Ultrasound-enhanced crystallization of sodium stannate: Mechanisms of nucleation and growth control

The conventional crystallization technology for sodium stannate (Na2SnO3·3H2O) exhibits low efficiency, prolonged processing time, high energy consumption, and non-uniform crystal size distribution, which severely hinders the high-quality development of the sodium stannate industry. To address these challenges, ultrasonic technology was introduced into the crystallization process. The effects of various operating parameters under ultrasonic conditions on the yield, solid-solution transformation time, and crystal size distribution of sodium stannate were investigated, elucidating the crystallization behavior of sodium stannate solutions under ultrasonic fields.

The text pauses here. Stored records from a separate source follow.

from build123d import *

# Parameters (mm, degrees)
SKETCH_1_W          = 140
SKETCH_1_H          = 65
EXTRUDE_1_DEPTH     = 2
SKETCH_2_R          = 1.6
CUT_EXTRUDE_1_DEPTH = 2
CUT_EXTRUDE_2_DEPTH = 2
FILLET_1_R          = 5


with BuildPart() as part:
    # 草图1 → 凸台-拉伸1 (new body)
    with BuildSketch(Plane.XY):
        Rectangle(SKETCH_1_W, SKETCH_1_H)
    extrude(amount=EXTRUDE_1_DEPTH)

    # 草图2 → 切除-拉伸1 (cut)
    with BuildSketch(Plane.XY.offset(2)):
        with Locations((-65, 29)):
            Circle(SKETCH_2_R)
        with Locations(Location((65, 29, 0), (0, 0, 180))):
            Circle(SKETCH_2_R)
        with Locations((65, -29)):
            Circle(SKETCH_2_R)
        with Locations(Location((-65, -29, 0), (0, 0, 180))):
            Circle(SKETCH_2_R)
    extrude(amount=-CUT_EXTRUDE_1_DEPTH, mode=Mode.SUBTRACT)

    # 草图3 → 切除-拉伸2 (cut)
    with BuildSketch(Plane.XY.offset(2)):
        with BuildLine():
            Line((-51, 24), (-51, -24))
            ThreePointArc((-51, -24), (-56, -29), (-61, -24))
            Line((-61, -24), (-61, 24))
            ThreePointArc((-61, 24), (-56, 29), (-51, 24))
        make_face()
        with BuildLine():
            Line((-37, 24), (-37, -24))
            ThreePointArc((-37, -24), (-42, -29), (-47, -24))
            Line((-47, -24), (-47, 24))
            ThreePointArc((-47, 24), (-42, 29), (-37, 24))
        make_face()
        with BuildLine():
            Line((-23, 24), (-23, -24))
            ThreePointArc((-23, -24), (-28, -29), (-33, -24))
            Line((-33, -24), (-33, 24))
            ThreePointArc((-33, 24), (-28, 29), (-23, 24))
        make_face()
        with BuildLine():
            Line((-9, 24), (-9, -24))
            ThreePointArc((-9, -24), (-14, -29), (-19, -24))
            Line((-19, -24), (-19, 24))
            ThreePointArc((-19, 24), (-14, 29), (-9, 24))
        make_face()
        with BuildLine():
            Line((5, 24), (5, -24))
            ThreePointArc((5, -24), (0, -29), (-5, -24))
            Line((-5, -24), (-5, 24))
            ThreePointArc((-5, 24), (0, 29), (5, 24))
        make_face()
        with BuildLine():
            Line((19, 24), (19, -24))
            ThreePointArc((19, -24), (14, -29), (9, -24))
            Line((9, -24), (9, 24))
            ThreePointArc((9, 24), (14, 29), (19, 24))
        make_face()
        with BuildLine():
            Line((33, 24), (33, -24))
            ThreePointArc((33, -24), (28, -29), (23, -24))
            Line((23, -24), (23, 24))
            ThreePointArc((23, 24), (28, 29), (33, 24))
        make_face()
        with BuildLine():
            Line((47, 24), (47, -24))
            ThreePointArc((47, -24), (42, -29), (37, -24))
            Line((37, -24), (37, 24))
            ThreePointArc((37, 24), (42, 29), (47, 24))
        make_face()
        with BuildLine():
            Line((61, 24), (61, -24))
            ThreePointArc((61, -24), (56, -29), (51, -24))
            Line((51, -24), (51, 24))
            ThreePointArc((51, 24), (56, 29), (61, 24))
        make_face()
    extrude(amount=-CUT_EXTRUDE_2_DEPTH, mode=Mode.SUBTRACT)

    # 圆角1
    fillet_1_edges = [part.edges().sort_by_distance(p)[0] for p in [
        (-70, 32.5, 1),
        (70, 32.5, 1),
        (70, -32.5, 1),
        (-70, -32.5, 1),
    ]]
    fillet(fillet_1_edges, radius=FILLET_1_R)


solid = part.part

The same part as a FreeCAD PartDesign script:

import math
import FreeCAD as App
import Part
import Sketcher
Q = App.Units.Quantity


def edges_at(feature, points):
    """Names of the edges that pass closest to the given points."""
    edges = feature.Shape.Edges
    near = lambda p: min(range(len(edges)), key=lambda i: edges[i].distToShape(Part.Vertex(*p))[0])
    return sorted({f"Edge{near(p) + 1}" for p in points})


def add_polygon(sketch, points):
    """Adds a closed chain of lines whose ends are joined by coincident constraints."""
    first, n = sketch.GeometryCount, len(points)
    for a, b in zip(points, points[1:] + points[:1]):
        sketch.addGeometry(Part.LineSegment(App.Vector(*a, 0), App.Vector(*b, 0)), False)
    for i in range(n):
        sketch.addConstraint(Sketcher.Constraint("Coincident", first + i, 2, first + (i + 1) % n, 1))

doc = App.newDocument("Part")
body = doc.addObject("PartDesign::Body", "Body")

sketch1 = doc.addObject("Sketcher::SketchObject", "Sketch")
body.addObject(sketch1)
sketch1.AttachmentSupport = (doc.XY_Plane, [""])
sketch1.MapMode = "FlatFace"
add_polygon(sketch1, [(-70, 32), (-70, -32), (70, -32), (70, 32)])
sketch1.addConstraint([
    Sketcher.Constraint("Vertical", 0),
    Sketcher.Constraint("Horizontal", 1),
    Sketcher.Constraint("Vertical", 2),
    Sketcher.Constraint("Horizontal", 3),
    Sketcher.Constraint("Symmetric", 0, 2, 2, 2, -1, 1),
    Sketcher.Constraint("DistanceX", 1, 1, 1, 2, Q("140 mm")),
    Sketcher.Constraint("DistanceY", 0, 2, 0, 1, Q("65 mm")),
])
pad1 = doc.addObject("PartDesign::Pad", "Pad")
body.addObject(pad1)
pad1.Profile = sketch1
pad1.Length = 2

sketch2 = doc.addObject("Sketcher::SketchObject", "Sketch001")
body.addObject(sketch2)
sketch2.AttachmentSupport = (doc.XY_Plane, [""])
sketch2.MapMode = "FlatFace"
sketch2.AttachmentOffset = App.Placement(App.Vector(0, 0, 2), App.Rotation())
sketch2.addGeometry([
    Part.Circle(App.Vector(-65, 29, 0), App.Vector(0, 0, 1), 1.6),
    Part.Circle(App.Vector(65, 29, 0), App.Vector(0, 0, 1), 1.6),
    Part.Circle(App.Vector(65, -29, 0), App.Vector(0, 0, 1), 1.6),
    Part.Circle(App.Vector(-65, -29, 0), App.Vector(0, 0, 1), 1.6),
], False)
sketch2.addConstraint([
    Sketcher.Constraint("Equal", 0, 1),
    Sketcher.Constraint("Equal", 1, 2),
    Sketcher.Constraint("Equal", 2, 3),
    Sketcher.Constraint("Symmetric", 0, 3, 2, 3, -1, 1),
    Sketcher.Constraint("Symmetric", 1, 3, 3, 3, -1, 1),
    Sketcher.Constraint("Symmetric", 0, 3, 1, 3, -2),
    Sketcher.Constraint("Diameter", 0, Q("3.2 mm")),
    Sketcher.Constraint("DistanceX", 0, 3, -1, 1, Q("65 mm")),
    Sketcher.Constraint("DistanceY", -1, 1, 0, 3, Q("29 mm")),
])
pocket1 = doc.addObject("PartDesign::Pocket", "Pocket")
body.addObject(pocket1)
pocket1.Profile = sketch2
pocket1.Length = 2

sketch3 = doc.addObject("Sketcher::SketchObject", "Sketch002")
body.addObject(sketch3)
sketch3.AttachmentSupport = (doc.XY_Plane, [""])
sketch3.MapMode = "FlatFace"
sketch3.AttachmentOffset = App.Placement(App.Vector(0, 0, 2), App.Rotation())
sketch3.addGeometry([
    Part.LineSegment(App.Vector(-51, -24, 0), App.Vector(-51, 24, 0)),
    Part.ArcOfCircle(Part.Circle(App.Vector(-56, 24, 0), App.Vector(0, 0, 1), 5), math.radians(0), math.radians(180)),
    Part.LineSegment(App.Vector(-61, 24, 0), App.Vector(-61, -24, 0)),
    Part.ArcOfCircle(Part.Circle(App.Vector(-56, -24, 0), App.Vector(0, 0, 1), 5), math.radians(180), math.radians(360)),
    Part.LineSegment(App.Vector(-37, -24, 0), App.Vector(-37, 24, 0)),
    Part.ArcOfCircle(Part.Circle(App.Vector(-42, 24, 0), App.Vector(0, 0, 1), 5), math.radians(0), math.radians(180)),
    Part.LineSegment(App.Vector(-47, 24, 0), App.Vector(-47, -24, 0)),
    Part.ArcOfCircle(Part.Circle(App.Vector(-42, -24, 0), App.Vector(0, 0, 1), 5), math.radians(180), math.radians(360)),
    Part.LineSegment(App.Vector(-23, -24, 0), App.Vector(-23, 24, 0)),
    Part.ArcOfCircle(Part.Circle(App.Vector(-28, 24, 0), App.Vector(0, 0, 1), 5), math.radians(0), math.radians(180)),
    Part.LineSegment(App.Vector(-33, 24, 0), App.Vector(-33, -24, 0)),
    Part.ArcOfCircle(Part.Circle(App.Vector(-28, -24, 0), App.Vector(0, 0, 1), 5), math.radians(180), math.radians(360)),
    Part.LineSegment(App.Vector(-9, -24, 0), App.Vector(-9, 24, 0)),
    Part.ArcOfCircle(Part.Circle(App.Vector(-14, 24, 0), App.Vector(0, 0, 1), 5), math.radians(0), math.radians(180)),
    Part.LineSegment(App.Vector(-19, 24, 0), App.Vector(-19, -24, 0)),
    Part.ArcOfCircle(Part.Circle(App.Vector(-14, -24, 0), App.Vector(0, 0, 1), 5), math.radians(180), math.radians(360)),
    Part.LineSegment(App.Vector(5, -24, 0), App.Vector(5, 24, 0)),
    Part.ArcOfCircle(Part.Circle(App.Vector(0, 24, 0), App.Vector(0, 0, 1), 5), math.radians(0), math.radians(180)),
    Part.LineSegment(App.Vector(-5, 24, 0), App.Vector(-5, -24, 0)),
    Part.ArcOfCircle(Part.Circle(App.Vector(0, -24, 0), App.Vector(0, 0, 1), 5), math.radians(180), math.radians(360)),
    Part.LineSegment(App.Vector(19, -24, 0), App.Vector(19, 24, 0)),
    Part.ArcOfCircle(Part.Circle(App.Vector(14, 24, 0), App.Vector(0, 0, 1), 5), math.radians(0), math.radians(180)),
    Part.LineSegment(App.Vector(9, 24, 0), App.Vector(9, -24, 0)),
    Part.ArcOfCircle(Part.Circle(App.Vector(14, -24, 0), App.Vector(0, 0, 1), 5), math.radians(180), math.radians(360)),
    Part.LineSegment(App.Vector(33, -24, 0), App.Vector(33, 24, 0)),
    Part.ArcOfCircle(Part.Circle(App.Vector(28, 24, 0), App.Vector(0, 0, 1), 5), math.radians(0), math.radians(180)),
    Part.LineSegment(App.Vector(23, 24, 0), App.Vector(23, -24, 0)),
    Part.ArcOfCircle(Part.Circle(App.Vector(28, -24, 0), App.Vector(0, 0, 1), 5), math.radians(180), math.radians(360)),
    Part.LineSegment(App.Vector(47, -24, 0), App.Vector(47, 24, 0)),
    Part.ArcOfCircle(Part.Circle(App.Vector(42, 24, 0), App.Vector(0, 0, 1), 5), math.radians(0), math.radians(180)),
    Part.LineSegment(App.Vector(37, 24, 0), App.Vector(37, -24, 0)),
    Part.ArcOfCircle(Part.Circle(App.Vector(42, -24, 0), App.Vector(0, 0, 1), 5), math.radians(180), math.radians(360)),
    Part.LineSegment(App.Vector(61, -24, 0), App.Vector(61, 24, 0)),
    Part.ArcOfCircle(Part.Circle(App.Vector(56, 24, 0), App.Vector(0, 0, 1), 5), math.radians(0), math.radians(180)),
    Part.LineSegment(App.Vector(51, 24, 0), App.Vector(51, -24, 0)),
    Part.ArcOfCircle(Part.Circle(App.Vector(56, -24, 0), App.Vector(0, 0, 1), 5), math.radians(180), math.radians(360)),
], False)
sketch3.addConstraint([
    Sketcher.Constraint("Tangent", 0, 2, 1, 1),
    Sketcher.Constraint("Tangent", 1, 2, 2, 1),
    Sketcher.Constraint("Tangent", 2, 2, 3, 1),
    Sketcher.Constraint("Tangent", 3, 2, 0, 1),
    Sketcher.Constraint("Tangent", 4, 2, 5, 1),
    Sketcher.Constraint("Tangent", 5, 2, 6, 1),
    Sketcher.Constraint("Tangent", 6, 2, 7, 1),
    Sketcher.Constraint("Tangent", 7, 2, 4, 1),
    Sketcher.Constraint("Tangent", 8, 2, 9, 1),
    Sketcher.Constraint("Tangent", 9, 2, 10, 1),
    Sketcher.Constraint("Tangent", 10, 2, 11, 1),
    Sketcher.Constraint("Tangent", 11, 2, 8, 1),
    Sketcher.Constraint("Tangent", 12, 2, 13, 1),
    Sketcher.Constraint("Tangent", 13, 2, 14, 1),
    Sketcher.Constraint("Tangent", 14, 2, 15, 1),
    Sketcher.Constraint("Tangent", 15, 2, 12, 1),
    Sketcher.Constraint("Tangent", 16, 2, 17, 1),
    Sketcher.Constraint("Tangent", 17, 2, 18, 1),
    Sketcher.Constraint("Tangent", 18, 2, 19, 1),
    Sketcher.Constraint("Tangent", 19, 2, 16, 1),
    Sketcher.Constraint("Tangent", 20, 2, 21, 1),
    Sketcher.Constraint("Tangent", 21, 2, 22, 1),
    Sketcher.Constraint("Tangent", 22, 2, 23, 1),
    Sketcher.Constraint("Tangent", 23, 2, 20, 1),
    Sketcher.Constraint("Tangent", 24, 2, 25, 1),
    Sketcher.Constraint("Tangent", 25, 2, 26, 1),
    Sketcher.Constraint("Tangent", 26, 2, 27, 1),
    Sketcher.Constraint("Tangent", 27, 2, 24, 1),
    Sketcher.Constraint("Tangent", 28, 2, 29, 1),
    Sketcher.Constraint("Tangent", 29, 2, 30, 1),
    Sketcher.Constraint("Tangent", 30, 2, 31, 1),
    Sketcher.Constraint("Tangent", 31, 2, 28, 1),
    Sketcher.Constraint("Tangent", 32, 2, 33, 1),
    Sketcher.Constraint("Tangent", 33, 2, 34, 1),
    Sketcher.Constraint("Tangent", 34, 2, 35, 1),
    Sketcher.Constraint("Tangent", 35, 2, 32, 1),
    Sketcher.Constraint("Vertical", 0),
    Sketcher.Constraint("Vertical", 2),
    Sketcher.Constraint("Vertical", 4),
    Sketcher.Constraint("Vertical", 6),
    Sketcher.Constraint("Vertical", 8),
    Sketcher.Constraint("Vertical", 10),
    Sketcher.Constraint("Vertical", 12),
    Sketcher.Constraint("Vertical", 14),
    Sketcher.Constraint("Vertical", 16),
    Sketcher.Constraint("Vertical", 18),
    Sketcher.Constraint("Vertical", 20),
    Sketcher.Constraint("Vertical", 22),
    Sketcher.Constraint("Vertical", 24),
    Sketcher.Constraint("Vertical", 26),
    Sketcher.Constraint("Vertical", 28),
    Sketcher.Constraint("Vertical", 30),
    Sketcher.Constraint("Vertical", 32),
    Sketcher.Constraint("Vertical", 34),
    Sketcher.Constraint("Equal", 3, 5),
    Sketcher.Constraint("Equal", 7, 9),
    Sketcher.Constraint("Equal", 11, 13),
    Sketcher.Constraint("Equal", 15, 17),
    Sketcher.Constraint("Equal", 19, 21),
    Sketcher.Constraint("Equal", 23, 25),
    Sketcher.Constraint("Equal", 27, 29),
    Sketcher.Constraint("Equal", 31, 33),
    Sketcher.Constraint("Symmetric", 17, 3, 19, 3, -1, 1),
    Sketcher.Constraint("Symmetric", 15, 3, 21, 3, -1, 1),
    Sketcher.Constraint("Symmetric", 11, 3, 25, 3, -1, 1),
    Sketcher.Constraint("Symmetric", 7, 3, 29, 3, -1, 1),
    Sketcher.Constraint("Symmetric", 3, 3, 33, 3, -1, 1),
    Sketcher.Constraint("Horizontal", 1, 3, 5, 3),
    Sketcher.Constraint("Horizontal", 3, 3, 7, 3),
    Sketcher.Constraint("Horizontal", 5, 3, 9, 3),
    Sketcher.Constraint("Horizontal", 7, 3, 11, 3),
    Sketcher.Constraint("Horizontal", 9, 3, 13, 3),
    Sketcher.Constraint("Horizontal", 11, 3, 15, 3),
    Sketcher.Constraint("Horizontal", 13, 3, 17, 3),
    Sketcher.Constraint("Horizontal", 15, 3, 19, 3),
    Sketcher.Constraint("Horizontal", 19, 3, 23, 3),
    Sketcher.Constraint("Horizontal", 23, 3, 27, 3),
    Sketcher.Constraint("Horizontal", 27, 3, 31, 3),
    Sketcher.Constraint("Horizontal", 31, 3, 35, 3),
    Sketcher.Constraint("Radius", 1, Q("5 mm")),
    Sketcher.Constraint("DistanceY", 0, 1, 0, 2, Q("48 mm")),
    Sketcher.Constraint("DistanceX", 1, 3, -1, 1, Q("56 mm")),
    Sketcher.Constraint("DistanceX", 5, 3, -1, 1, Q("42 mm")),
    Sketcher.Constraint("DistanceX", 9, 3, -1, 1, Q("28 mm")),
    Sketcher.Constraint("DistanceX", 13, 3, -1, 1, Q("14 mm")),
])
pocket2 = doc.addObject("PartDesign::Pocket", "Pocket001")
body.addObject(pocket2)
pocket2.Profile = sketch3
pocket2.Length = 2
doc.recompute()

fillet = doc.addObject("PartDesign::Fillet", "Fillet")
body.addObject(fillet)
fillet.Base = (pocket2, edges_at(pocket2, [
    (-70, 32.5, 1),
    (70, 32.5, 1),
    (70, -32.5, 1),
    (-70, -32.5, 1),
]))
fillet.Radius = 5

doc.recompute()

Furthermore, by analyzing the effects of ultrasound on key parameters such as the metastable zone width (MSZW), critical nucleation energy, and critical nucleation radius, the mechanism by which ultrasound enhances the crystallization of sodium stannate was clarified. Compared to conventional methods, ultrasonic-assisted crystallization significantly increased the sodium stannate crystallization yield from 3.7 to 7.2 g, reduced the solid-solution transformation time from 10 to 5 min, decreased the average crystal size (D50) from 102.3 ± 0.1 to 35.2 ± 0.1 μm, and narrowed the crystal size distribution from 11-563 μm to 5–224 μm. Ultrasound promoted homogeneous nucleation by reducing the MSZW, critical nucleation radius and free energy, thereby enhancing primary nucleation. Moreover, the microjet and mechanical effects generated by ultrasonic cavitation effectively reduced crystal agglomeration, enhanced the fragmentation of large crystal particles, and promoted secondary nucleation. This study successfully achieved the preparation of sodium stannate products with high yields and uniform crystal size, providing important theoretical insights for improving the sodium stannate crystallization process.